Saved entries
'''

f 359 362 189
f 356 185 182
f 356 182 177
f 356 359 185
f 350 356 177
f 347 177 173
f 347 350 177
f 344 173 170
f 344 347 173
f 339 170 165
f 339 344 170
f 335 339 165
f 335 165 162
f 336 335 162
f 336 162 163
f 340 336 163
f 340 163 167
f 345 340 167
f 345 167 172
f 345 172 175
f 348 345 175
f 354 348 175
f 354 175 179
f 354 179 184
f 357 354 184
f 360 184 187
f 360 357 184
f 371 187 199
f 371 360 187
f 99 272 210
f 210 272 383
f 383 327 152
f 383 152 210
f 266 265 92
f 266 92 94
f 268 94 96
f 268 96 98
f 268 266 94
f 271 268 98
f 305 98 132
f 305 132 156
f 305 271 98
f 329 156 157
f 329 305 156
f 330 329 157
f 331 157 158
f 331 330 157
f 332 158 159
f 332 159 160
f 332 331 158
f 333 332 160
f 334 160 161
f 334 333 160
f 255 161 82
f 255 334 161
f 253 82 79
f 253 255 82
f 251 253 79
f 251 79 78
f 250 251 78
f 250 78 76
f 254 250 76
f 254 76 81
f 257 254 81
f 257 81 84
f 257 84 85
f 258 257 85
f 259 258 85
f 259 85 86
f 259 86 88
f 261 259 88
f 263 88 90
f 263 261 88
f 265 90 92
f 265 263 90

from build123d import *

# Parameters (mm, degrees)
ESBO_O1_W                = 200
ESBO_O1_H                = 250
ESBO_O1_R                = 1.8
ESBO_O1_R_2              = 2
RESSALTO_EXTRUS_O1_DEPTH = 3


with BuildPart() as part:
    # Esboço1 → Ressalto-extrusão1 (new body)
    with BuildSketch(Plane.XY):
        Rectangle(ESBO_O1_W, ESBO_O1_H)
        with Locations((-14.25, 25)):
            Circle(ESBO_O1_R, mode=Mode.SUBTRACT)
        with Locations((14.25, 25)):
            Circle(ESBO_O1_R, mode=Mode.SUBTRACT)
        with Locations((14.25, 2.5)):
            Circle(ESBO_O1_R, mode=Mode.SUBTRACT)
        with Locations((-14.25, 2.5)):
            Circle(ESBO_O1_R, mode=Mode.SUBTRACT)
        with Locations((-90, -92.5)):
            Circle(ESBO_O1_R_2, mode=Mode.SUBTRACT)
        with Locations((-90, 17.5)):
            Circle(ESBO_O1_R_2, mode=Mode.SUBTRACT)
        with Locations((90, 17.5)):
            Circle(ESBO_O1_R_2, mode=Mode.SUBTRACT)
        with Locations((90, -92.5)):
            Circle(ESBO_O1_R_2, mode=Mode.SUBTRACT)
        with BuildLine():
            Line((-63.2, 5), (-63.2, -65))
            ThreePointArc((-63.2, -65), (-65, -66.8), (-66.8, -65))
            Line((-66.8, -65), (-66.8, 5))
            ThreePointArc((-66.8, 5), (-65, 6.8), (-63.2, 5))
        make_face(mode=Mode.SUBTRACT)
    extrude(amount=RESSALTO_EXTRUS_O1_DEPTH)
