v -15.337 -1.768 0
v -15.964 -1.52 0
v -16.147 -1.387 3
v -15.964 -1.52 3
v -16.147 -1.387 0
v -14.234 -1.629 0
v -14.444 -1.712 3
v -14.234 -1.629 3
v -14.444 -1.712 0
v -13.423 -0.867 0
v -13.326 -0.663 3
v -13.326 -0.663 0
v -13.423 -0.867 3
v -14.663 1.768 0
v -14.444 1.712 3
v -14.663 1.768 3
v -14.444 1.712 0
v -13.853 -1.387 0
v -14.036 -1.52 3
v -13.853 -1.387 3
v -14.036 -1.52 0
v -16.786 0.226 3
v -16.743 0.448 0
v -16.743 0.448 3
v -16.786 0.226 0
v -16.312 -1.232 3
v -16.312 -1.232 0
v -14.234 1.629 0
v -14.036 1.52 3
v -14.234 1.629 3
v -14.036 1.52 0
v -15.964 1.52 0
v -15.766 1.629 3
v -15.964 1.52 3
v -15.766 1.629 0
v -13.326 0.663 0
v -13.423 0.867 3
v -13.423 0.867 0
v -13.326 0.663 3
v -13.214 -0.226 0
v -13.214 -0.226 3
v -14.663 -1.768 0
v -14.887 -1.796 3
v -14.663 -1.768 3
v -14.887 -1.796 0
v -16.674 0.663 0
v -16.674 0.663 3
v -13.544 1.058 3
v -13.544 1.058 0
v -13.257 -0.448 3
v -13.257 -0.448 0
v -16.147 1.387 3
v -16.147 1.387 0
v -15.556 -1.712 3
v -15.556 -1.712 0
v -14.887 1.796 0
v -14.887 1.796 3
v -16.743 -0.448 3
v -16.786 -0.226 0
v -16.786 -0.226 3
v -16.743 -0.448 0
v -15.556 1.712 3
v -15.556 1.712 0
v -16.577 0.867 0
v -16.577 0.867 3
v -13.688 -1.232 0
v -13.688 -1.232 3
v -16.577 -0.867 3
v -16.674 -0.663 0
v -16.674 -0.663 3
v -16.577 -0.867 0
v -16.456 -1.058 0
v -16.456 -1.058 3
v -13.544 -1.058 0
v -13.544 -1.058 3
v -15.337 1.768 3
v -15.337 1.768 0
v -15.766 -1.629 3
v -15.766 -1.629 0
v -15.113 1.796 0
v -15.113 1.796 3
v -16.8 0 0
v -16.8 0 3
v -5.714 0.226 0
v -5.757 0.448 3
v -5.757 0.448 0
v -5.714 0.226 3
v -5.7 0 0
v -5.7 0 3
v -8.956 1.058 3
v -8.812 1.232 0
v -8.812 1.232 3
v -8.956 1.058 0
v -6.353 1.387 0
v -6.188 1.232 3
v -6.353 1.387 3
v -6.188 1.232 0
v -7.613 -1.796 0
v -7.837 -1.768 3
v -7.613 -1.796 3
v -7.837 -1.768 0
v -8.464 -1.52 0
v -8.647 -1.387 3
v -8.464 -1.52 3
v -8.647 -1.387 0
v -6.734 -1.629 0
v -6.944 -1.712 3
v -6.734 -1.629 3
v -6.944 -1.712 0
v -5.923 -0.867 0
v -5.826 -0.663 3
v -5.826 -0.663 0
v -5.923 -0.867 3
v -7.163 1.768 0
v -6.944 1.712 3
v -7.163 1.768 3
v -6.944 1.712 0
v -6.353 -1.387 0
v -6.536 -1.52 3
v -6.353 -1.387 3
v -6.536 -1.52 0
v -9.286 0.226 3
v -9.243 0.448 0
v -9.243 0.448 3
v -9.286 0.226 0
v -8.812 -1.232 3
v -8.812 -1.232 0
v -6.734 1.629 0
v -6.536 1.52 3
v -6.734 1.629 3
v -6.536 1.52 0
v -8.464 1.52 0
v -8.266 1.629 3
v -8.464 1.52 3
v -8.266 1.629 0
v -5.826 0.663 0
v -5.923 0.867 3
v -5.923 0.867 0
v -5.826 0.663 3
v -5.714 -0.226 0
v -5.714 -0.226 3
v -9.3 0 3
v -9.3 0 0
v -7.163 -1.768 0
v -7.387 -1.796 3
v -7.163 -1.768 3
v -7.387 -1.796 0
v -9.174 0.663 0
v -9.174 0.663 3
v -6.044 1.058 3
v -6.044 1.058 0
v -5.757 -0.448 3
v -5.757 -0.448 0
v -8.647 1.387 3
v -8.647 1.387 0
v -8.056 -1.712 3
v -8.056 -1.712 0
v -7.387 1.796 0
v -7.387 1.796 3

'''

Exactly as given, set down all of the lines above.

### Output
f 359 362 189
f 356 185 182
f 356 182 177
f 356 359 185
f 350 356 177
f 347 177 173
f 347 350 177
f 344 173 170
f 344 347 173
f 339 170 165
f 339 344 170
f 335 339 165
f 335 165 162
f 336 335 162
f 336 162 163
f 340 336 163
f 340 163 167
f 345 340 167
f 345 167 172
f 345 172 175
f 348 345 175
f 354 348 175
f 354 175 179
f 354 179 184
f 357 354 184
f 360 184 187
f 360 357 184
f 371 187 199
f 371 360 187
f 99 272 210
f 210 272 383
f 383 327 152
f 383 152 210
f 266 265 92
f 266 92 94
f 268 94 96
f 268 96 98
f 268 266 94
f 271 268 98
f 305 98 132
f 305 132 156
f 305 271 98
f 329 156 157
f 329 305 156
f 330 329 157
f 331 157 158
f 331 330 157
f 332 158 159
f 332 159 160
f 332 331 158
f 333 332 160
f 334 160 161
f 334 333 160
f 255 161 82
f 255 334 161
f 253 82 79
f 253 255 82
f 251 253 79
f 251 79 78
f 250 251 78
f 250 78 76
f 254 250 76
f 254 76 81
f 257 254 81
f 257 81 84
f 257 84 85
f 258 257 85
f 259 258 85
f 259 85 86
f 259 86 88
f 261 259 88
f 263 88 90
f 263 261 88
f 265 90 92
f 265 263 90

from build123d import *

# Parameters (mm, degrees)
ESBO_O1_W                = 200
ESBO_O1_H                = 250
ESBO_O1_R                = 1.8
ESBO_O1_R_2              = 2
RESSALTO_EXTRUS_O1_DEPTH = 3


with BuildPart() as part:
    # Esboço1 → Ressalto-extrusão1 (new body)
    with BuildSketch(Plane.XY):
        Rectangle(ESBO_O1_W, ESBO_O1_H)
        with Locations((-14.25, 25)):
            Circle(ESBO_O1_R, mode=Mode.SUBTRACT)
        with Locations((14.25, 25)):
            Circle(ESBO_O1_R, mode=Mode.SUBTRACT)
        with Locations((14.25, 2.5)):
            Circle(ESBO_O1_R, mode=Mode.SUBTRACT)
        with Locations((-14.25, 2.5)):
            Circle(ESBO_O1_R, mode=Mode.SUBTRACT)
        with Locations((-90, -92.5)):
            Circle(ESBO_O1_R_2, mode=Mode.SUBTRACT)
        with Locations((-90, 17.5)):
            Circle(ESBO_O1_R_2, mode=Mode.SUBTRACT)
        with Locations((90, 17.5)):
            Circle(ESBO_O1_R_2, mode=Mode.SUBTRACT)
        with Locations((90, -92.5)):
            Circle(ESBO_O1_R_2, mode=Mode.SUBTRACT)
        with BuildLine():
            Line((-63.2, 5), (-63.2, -65))
            ThreePointArc((-63.2, -65), (-65, -66.8), (-66.8, -65))
            Line((-66.8, -65), (-66.8, 5))
            ThreePointArc((-66.8, 5), (-65, 6.8), (-63.2, 5))
        make_face(mode=Mode.SUBTRACT)
    extrude(amount=RESSALTO_EXTRUS_O1_DEPTH)
v -15.337 -1.768 0
v -15.964 -1.52 0
v -16.147 -1.387 3
v -15.964 -1.52 3
v -16.147 -1.387 0
v -14.234 -1.629 0
v -14.444 -1.712 3
v -14.234 -1.629 3
v -14.444 -1.712 0
v -13.423 -0.867 0
v -13.326 -0.663 3
v -13.326 -0.663 0
v -13.423 -0.867 3
v -14.663 1.768 0
v -14.444 1.712 3
v -14.663 1.768 3
v -14.444 1.712 0
v -13.853 -1.387 0
v -14.036 -1.52 3
v -13.853 -1.387 3
v -14.036 -1.52 0
v -16.786 0.226 3
v -16.743 0.448 0
v -16.743 0.448 3
v -16.786 0.226 0
v -16.312 -1.232 3
v -16.312 -1.232 0
v -14.234 1.629 0
v -14.036 1.52 3
v -14.234 1.629 3
v -14.036 1.52 0
v -15.964 1.52 0
v -15.766 1.629 3
v -15.964 1.52 3
v -15.766 1.629 0
v -13.326 0.663 0
v -13.423 0.867 3
v -13.423 0.867 0
v -13.326 0.663 3
v -13.214 -0.226 0
v -13.214 -0.226 3
v -14.663 -1.768 0
v -14.887 -1.796 3
v -14.663 -1.768 3
v -14.887 -1.796 0
v -16.674 0.663 0
v -16.674 0.663 3
v -13.544 1.058 3
v -13.544 1.058 0
v -13.257 -0.448 3
v -13.257 -0.448 0
v -16.147 1.387 3
v -16.147 1.387 0
v -15.556 -1.712 3
v -15.556 -1.712 0
v -14.887 1.796 0
v -14.887 1.796 3
v -16.743 -0.448 3
v -16.786 -0.226 0
v -16.786 -0.226 3
v -16.743 -0.448 0
v -15.556 1.712 3
v -15.556 1.712 0
v -16.577 0.867 0
v -16.577 0.867 3
v -13.688 -1.232 0
v -13.688 -1.232 3
v -16.577 -0.867 3
v -16.674 -0.663 0
v -16.674 -0.663 3
v -16.577 -0.867 0
v -16.456 -1.058 0
v -16.456 -1.058 3
v -13.544 -1.058 0
v -13.544 -1.058 3
v -15.337 1.768 3
v -15.337 1.768 0
v -15.766 -1.629 3
v -15.766 -1.629 0
v -15.113 1.796 0
v -15.113 1.796 3
v -16.8 0 0
v -16.8 0 3
v -5.714 0.226 0
v -5.757 0.448 3
v -5.757 0.448 0
v -5.714 0.226 3
v -5.7 0 0
v -5.7 0 3
v -8.956 1.058 3
v -8.812 1.232 0
v -8.812 1.232 3
v -8.956 1.058 0
v -6.353 1.387 0
v -6.188 1.232 3
v -6.353 1.387 3
v -6.188 1.232 0
v -7.613 -1.796 0
v -7.837 -1.768 3
v -7.613 -1.796 3
v -7.837 -1.768 0
v -8.464 -1.52 0
v -8.647 -1.387 3
v -8.464 -1.52 3
v -8.647 -1.387 0
v -6.734 -1.629 0
v -6.944 -1.712 3
v -6.734 -1.629 3
v -6.944 -1.712 0
v -5.923 -0.867 0
v -5.826 -0.663 3
v -5.826 -0.663 0
v -5.923 -0.867 3
v -7.163 1.768 0
v -6.944 1.712 3
v -7.163 1.768 3
v -6.944 1.712 0
v -6.353 -1.387 0
v -6.536 -1.52 3
v -6.353 -1.387 3
v -6.536 -1.52 0
v -9.286 0.226 3
v -9.243 0.448 0
v -9.243 0.448 3
v -9.286 0.226 0
v -8.812 -1.232 3
v -8.812 -1.232 0
v -6.734 1.629 0
v -6.536 1.52 3
v -6.734 1.629 3
v -6.536 1.52 0
v -8.464 1.52 0
v -8.266 1.629 3
v -8.464 1.52 3
v -8.266 1.629 0
v -5.826 0.663 0
v -5.923 0.867 3
v -5.923 0.867 0
v -5.826 0.663 3
v -5.714 -0.226 0
v -5.714 -0.226 3
v -9.3 0 3
v -9.3 0 0
v -7.163 -1.768 0
v -7.387 -1.796 3
v -7.163 -1.768 3
v -7.387 -1.796 0
v -9.174 0.663 0
v -9.174 0.663 3
v -6.044 1.058 3
v -6.044 1.058 0
v -5.757 -0.448 3
v -5.757 -0.448 0
v -8.647 1.387 3
v -8.647 1.387 0
v -8.056 -1.712 3
v -8.056 -1.712 0
v -7.387 1.796 0
v -7.387 1.796 3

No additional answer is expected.